Tighten your third-party documentation. If the AI capability is vendor-provided, exercise audit rights. Test incident reporting. Verify exit arrangements work in practice. Do it now, in a quiet moment, rather than during the supervisory call that prompts the question.

One more thing: the EU AI Act deadline

For UK firms with EU customers or EU exposure, the EU AI Act adds another layer. AI systems used in credit scoring and insurance pricing are classified as high-risk under Annex III. That means full technical documentation, automatic logging of every decision, and human oversight provisions. The binding compliance deadline is 2 August 2026, though a proposed Digital Omnibus amendment may push parts of it to late 2027. The proposal has not yet been adopted, which means firms should plan against the August 2026 date and treat any extension as a bonus.

A model with no financial services provenance, no documented methodology, and no audit logging cannot be made compliant by wrapping it in a policy document at the eleventh hour. The provenance argument sits in Count V.
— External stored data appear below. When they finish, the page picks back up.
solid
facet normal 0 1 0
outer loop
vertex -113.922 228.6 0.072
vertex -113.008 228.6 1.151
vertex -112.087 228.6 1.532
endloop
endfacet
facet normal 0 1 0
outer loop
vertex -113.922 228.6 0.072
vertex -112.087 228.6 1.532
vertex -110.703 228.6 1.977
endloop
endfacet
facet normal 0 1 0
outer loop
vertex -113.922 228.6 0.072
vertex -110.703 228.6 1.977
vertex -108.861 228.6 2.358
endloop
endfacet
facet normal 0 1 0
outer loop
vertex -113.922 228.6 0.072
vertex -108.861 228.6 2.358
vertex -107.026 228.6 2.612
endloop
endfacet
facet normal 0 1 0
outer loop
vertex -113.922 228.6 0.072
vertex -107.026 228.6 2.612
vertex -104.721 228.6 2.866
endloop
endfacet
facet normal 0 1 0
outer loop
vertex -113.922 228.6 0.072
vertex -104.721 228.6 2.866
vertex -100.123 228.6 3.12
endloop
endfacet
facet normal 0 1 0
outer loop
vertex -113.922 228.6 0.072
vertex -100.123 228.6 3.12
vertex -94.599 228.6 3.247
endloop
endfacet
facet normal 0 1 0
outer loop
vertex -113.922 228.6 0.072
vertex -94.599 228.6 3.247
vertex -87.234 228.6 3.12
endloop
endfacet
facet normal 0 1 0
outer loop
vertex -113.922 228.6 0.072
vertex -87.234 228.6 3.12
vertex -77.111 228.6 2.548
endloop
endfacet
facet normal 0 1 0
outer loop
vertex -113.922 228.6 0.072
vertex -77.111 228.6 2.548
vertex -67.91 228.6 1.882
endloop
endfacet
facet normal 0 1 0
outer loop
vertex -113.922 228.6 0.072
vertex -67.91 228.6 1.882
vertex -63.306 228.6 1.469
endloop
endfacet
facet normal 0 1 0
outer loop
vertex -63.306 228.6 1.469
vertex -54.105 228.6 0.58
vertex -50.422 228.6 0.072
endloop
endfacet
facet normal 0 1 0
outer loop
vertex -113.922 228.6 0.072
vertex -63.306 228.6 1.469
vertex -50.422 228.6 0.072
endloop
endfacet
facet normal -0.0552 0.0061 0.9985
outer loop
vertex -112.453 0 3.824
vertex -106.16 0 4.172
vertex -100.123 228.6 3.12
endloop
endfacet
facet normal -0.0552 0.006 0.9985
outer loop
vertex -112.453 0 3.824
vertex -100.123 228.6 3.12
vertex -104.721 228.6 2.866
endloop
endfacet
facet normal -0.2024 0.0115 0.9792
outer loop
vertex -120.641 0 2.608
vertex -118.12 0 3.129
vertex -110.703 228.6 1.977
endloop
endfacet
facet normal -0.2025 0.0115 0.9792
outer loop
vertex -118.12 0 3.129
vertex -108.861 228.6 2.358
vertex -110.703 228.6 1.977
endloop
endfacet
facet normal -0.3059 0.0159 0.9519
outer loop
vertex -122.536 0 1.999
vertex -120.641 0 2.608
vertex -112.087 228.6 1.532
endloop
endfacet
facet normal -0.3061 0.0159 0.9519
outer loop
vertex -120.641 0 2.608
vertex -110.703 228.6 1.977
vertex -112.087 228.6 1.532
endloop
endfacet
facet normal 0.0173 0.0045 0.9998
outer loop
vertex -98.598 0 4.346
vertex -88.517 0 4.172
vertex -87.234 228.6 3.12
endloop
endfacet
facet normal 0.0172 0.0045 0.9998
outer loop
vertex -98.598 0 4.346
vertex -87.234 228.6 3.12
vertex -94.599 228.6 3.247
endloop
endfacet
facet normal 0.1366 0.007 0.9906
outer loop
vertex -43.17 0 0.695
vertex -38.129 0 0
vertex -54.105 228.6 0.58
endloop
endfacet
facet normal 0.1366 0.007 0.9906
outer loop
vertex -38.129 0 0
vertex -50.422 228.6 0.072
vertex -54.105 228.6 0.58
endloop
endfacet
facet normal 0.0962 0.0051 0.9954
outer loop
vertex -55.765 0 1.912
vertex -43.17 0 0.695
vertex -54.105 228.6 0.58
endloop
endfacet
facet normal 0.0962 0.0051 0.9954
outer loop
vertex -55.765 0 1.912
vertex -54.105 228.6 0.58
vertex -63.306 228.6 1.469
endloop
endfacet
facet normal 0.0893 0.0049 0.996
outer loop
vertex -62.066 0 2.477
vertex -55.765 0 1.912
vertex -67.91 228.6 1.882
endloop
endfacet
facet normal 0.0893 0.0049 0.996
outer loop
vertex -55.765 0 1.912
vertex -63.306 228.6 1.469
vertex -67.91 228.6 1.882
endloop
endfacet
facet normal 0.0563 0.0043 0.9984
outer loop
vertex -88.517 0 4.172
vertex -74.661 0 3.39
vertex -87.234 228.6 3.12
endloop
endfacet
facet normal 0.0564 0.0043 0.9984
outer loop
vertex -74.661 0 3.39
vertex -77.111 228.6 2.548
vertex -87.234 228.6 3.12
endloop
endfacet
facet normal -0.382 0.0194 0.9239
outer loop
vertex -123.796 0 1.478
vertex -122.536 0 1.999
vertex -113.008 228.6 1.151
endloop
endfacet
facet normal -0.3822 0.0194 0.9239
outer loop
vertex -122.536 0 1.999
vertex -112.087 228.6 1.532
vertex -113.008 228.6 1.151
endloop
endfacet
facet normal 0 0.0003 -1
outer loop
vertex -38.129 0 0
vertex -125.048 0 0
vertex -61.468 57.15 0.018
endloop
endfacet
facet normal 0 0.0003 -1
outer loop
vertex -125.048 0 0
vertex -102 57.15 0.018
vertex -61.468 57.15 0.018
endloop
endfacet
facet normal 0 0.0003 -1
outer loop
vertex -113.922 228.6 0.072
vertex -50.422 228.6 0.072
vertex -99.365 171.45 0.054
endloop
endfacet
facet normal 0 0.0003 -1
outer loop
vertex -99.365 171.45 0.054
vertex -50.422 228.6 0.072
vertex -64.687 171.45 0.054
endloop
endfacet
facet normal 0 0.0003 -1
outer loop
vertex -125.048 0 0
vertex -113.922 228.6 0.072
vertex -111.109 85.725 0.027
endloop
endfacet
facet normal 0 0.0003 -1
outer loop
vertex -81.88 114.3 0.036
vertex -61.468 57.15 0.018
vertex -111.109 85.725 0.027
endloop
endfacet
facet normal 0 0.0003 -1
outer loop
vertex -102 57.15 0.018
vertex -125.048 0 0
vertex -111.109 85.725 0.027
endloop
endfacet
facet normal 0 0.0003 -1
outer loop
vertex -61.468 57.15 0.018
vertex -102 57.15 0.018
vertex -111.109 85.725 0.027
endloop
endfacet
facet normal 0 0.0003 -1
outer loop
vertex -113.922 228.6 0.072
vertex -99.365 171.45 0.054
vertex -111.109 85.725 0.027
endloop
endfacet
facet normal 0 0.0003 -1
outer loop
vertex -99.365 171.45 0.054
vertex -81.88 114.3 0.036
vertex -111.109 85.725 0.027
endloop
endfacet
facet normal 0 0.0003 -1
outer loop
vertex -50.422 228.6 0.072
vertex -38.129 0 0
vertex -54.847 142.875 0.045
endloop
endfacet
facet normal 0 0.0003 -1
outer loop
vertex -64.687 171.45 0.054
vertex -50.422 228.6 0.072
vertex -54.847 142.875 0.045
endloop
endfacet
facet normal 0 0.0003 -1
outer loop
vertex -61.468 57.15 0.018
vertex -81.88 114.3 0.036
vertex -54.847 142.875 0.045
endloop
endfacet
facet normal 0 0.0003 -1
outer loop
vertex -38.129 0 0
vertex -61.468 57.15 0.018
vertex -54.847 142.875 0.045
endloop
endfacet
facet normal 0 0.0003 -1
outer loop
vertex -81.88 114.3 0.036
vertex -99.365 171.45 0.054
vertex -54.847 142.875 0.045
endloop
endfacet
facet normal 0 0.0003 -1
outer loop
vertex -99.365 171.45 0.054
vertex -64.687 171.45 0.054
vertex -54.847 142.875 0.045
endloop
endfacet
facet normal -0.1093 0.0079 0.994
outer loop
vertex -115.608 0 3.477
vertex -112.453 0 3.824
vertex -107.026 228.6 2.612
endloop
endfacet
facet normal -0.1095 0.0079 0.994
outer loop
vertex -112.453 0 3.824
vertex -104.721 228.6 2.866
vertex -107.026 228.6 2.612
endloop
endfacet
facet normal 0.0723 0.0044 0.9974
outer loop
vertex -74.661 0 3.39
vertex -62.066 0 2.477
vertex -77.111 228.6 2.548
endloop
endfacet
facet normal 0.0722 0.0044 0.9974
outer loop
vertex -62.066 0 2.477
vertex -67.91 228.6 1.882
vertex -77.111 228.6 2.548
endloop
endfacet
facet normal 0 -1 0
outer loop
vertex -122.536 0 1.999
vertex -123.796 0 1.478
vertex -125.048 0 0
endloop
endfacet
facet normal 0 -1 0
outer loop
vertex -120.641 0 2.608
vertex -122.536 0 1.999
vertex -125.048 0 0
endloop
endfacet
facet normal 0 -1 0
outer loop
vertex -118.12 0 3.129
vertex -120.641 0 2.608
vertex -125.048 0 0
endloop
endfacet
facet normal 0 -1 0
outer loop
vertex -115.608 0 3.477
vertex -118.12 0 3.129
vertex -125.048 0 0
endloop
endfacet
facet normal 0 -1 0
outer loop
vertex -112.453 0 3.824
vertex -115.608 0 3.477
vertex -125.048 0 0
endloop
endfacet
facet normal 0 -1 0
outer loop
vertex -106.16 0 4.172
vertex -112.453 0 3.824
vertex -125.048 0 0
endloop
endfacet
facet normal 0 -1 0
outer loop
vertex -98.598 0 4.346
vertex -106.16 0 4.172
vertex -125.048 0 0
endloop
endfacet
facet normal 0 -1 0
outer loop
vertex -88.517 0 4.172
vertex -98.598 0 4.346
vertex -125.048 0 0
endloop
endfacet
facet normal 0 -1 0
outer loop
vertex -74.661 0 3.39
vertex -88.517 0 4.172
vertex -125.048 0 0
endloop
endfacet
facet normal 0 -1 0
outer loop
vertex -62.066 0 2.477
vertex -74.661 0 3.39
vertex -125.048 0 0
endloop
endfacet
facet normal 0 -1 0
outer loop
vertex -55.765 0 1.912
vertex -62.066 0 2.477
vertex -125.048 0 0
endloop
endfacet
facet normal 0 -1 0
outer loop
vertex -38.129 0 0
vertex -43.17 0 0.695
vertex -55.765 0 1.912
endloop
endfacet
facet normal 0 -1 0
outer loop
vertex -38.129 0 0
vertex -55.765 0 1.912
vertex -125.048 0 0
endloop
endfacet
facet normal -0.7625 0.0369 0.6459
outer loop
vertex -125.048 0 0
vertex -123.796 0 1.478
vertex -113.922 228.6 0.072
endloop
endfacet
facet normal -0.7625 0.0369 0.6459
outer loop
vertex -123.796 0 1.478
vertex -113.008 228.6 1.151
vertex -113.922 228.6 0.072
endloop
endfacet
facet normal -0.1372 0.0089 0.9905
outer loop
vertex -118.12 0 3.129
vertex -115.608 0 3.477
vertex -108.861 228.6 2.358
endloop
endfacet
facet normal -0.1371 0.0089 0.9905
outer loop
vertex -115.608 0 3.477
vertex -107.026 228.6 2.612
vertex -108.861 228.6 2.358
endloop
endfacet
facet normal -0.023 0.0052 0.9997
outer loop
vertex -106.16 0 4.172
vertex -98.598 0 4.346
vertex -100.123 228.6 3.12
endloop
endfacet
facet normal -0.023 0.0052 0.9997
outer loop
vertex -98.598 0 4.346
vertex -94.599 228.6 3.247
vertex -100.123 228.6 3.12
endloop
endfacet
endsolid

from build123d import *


with BuildPart() as f3:
    # F1 (on Front) → F3 section 0
    with BuildSketch(Plane.XZ):
        Polygon((-125.047788, 0), (-38.128988, 0), (-43.170278, 0.69535), (-55.764813, 1.912214), (-62.066426, 2.477186), (-74.66096, 3.389833), (-88.516686, 4.172102), (-98.598397, 4.34594), (-106.160333, 4.172102), (-112.453254, 3.824427), (-115.608406, 3.476752), (-118.12036, 3.129077), (-120.641005, 2.607564), (-122.535835, 1.999132), (-123.796157, 1.47762), align=None)
    # F2 (on offset) → F3 section 1
    with BuildSketch(Plane.XZ.offset(-228.6)):
        Polygon((-113.007563, 1.151306), (-113.921963, 0.071806), (-50.421963, 0.071806), (-54.104963, 0.579806), (-63.306113, 1.468806), (-67.909863, 1.881556), (-77.111013, 2.548306), (-87.233548, 3.119806), (-94.598913, 3.246806), (-100.123413, 3.119806), (-104.720813, 2.865806), (-107.025863, 2.611806), (-108.861013, 2.357806), (-110.702513, 1.976806), (-112.086813, 1.532306), align=None)
    loft()


solid = f3.part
The Consumer Duty AI Evidence Checklist

Aveni has built a Consumer Duty AI Evidence Checklist that maps directly to the five areas above. It is the same template Aveni uses with the firms we work with, condensed into a working document second-line teams can use immediately.

Read the Consumer Duty AI Evidence Checklist

Read the full AI on Trial: The Burden of Proof series

Frequently Asked Questions

What evidence does the FCA require for AI agent deployment in financial services? The FCA requires five categories of evidence: a pre-deployment risk assessment against the four Consumer Duty outcomes, named senior manager accountability under SMCR, real-time monitoring with documented intervention thresholds, audit trails at the interaction level (not sampled), and third-party and operational resilience documentation where the AI is vendor-provided.

Does the FCA have specific rules for AI in financial services? No. The FCA has chosen not to publish a bespoke AI rulebook. Its position is that existing rules, including Consumer Duty, SMCR, operational resilience, and the Principles for Businesses, apply to AI systems the same way they apply to any other regulated activity. The regulator expects firms to evidence compliance against the existing framework.

Who is accountable when an AI agent makes a poor decision in a regulated firm? The named senior manager under SMCR remains accountable. SMCR Senior Manager Conduct Rule 2 requires named individuals to take reasonable steps to ensure their business is controlled effectively. The FCA has confirmed this applies to AI systems. Delegating a decision to an algorithm does not transfer the liability to the algorithm or the vendor.

Is sampling-based QA acceptable for AI agent oversight? No. Sampling 2-3% of cases works for human-led interactions because human variability is bounded. AI agents making thousands of decisions a day require continuous, interaction-level monitoring. The Bank of England’s February 2026 industry roundtables noted that firms’ traditional model risk management approach to validation will not be sustainable as generative AI and agentic systems proliferate, and that the human-in-the-loop concept is itself being challenged by agentic AI.

What is a Consumer Duty AI evidence pack? A Consumer Duty AI evidence pack is the set of documents a firm needs to demonstrate that its AI deployment delivers good outcomes against the four Consumer Duty outcomes: products and services, price and value, consumer understanding, consumer support. It includes pre-deployment impact assessment, ongoing monitoring records, intervention logs, and outcome data.

Does the EU AI Act apply to UK financial services firms? The EU AI Act applies to UK firms that serve EU customers or have EU regulatory exposure, particularly in credit scoring and insurance pricing. The binding compliance deadline for high-risk AI systems is 2 August 2026, though a proposed Digital Omnibus amendment may delay parts of this to late 2027. Requirements include full technical documentation, automatic decision logs, and human oversight provisions.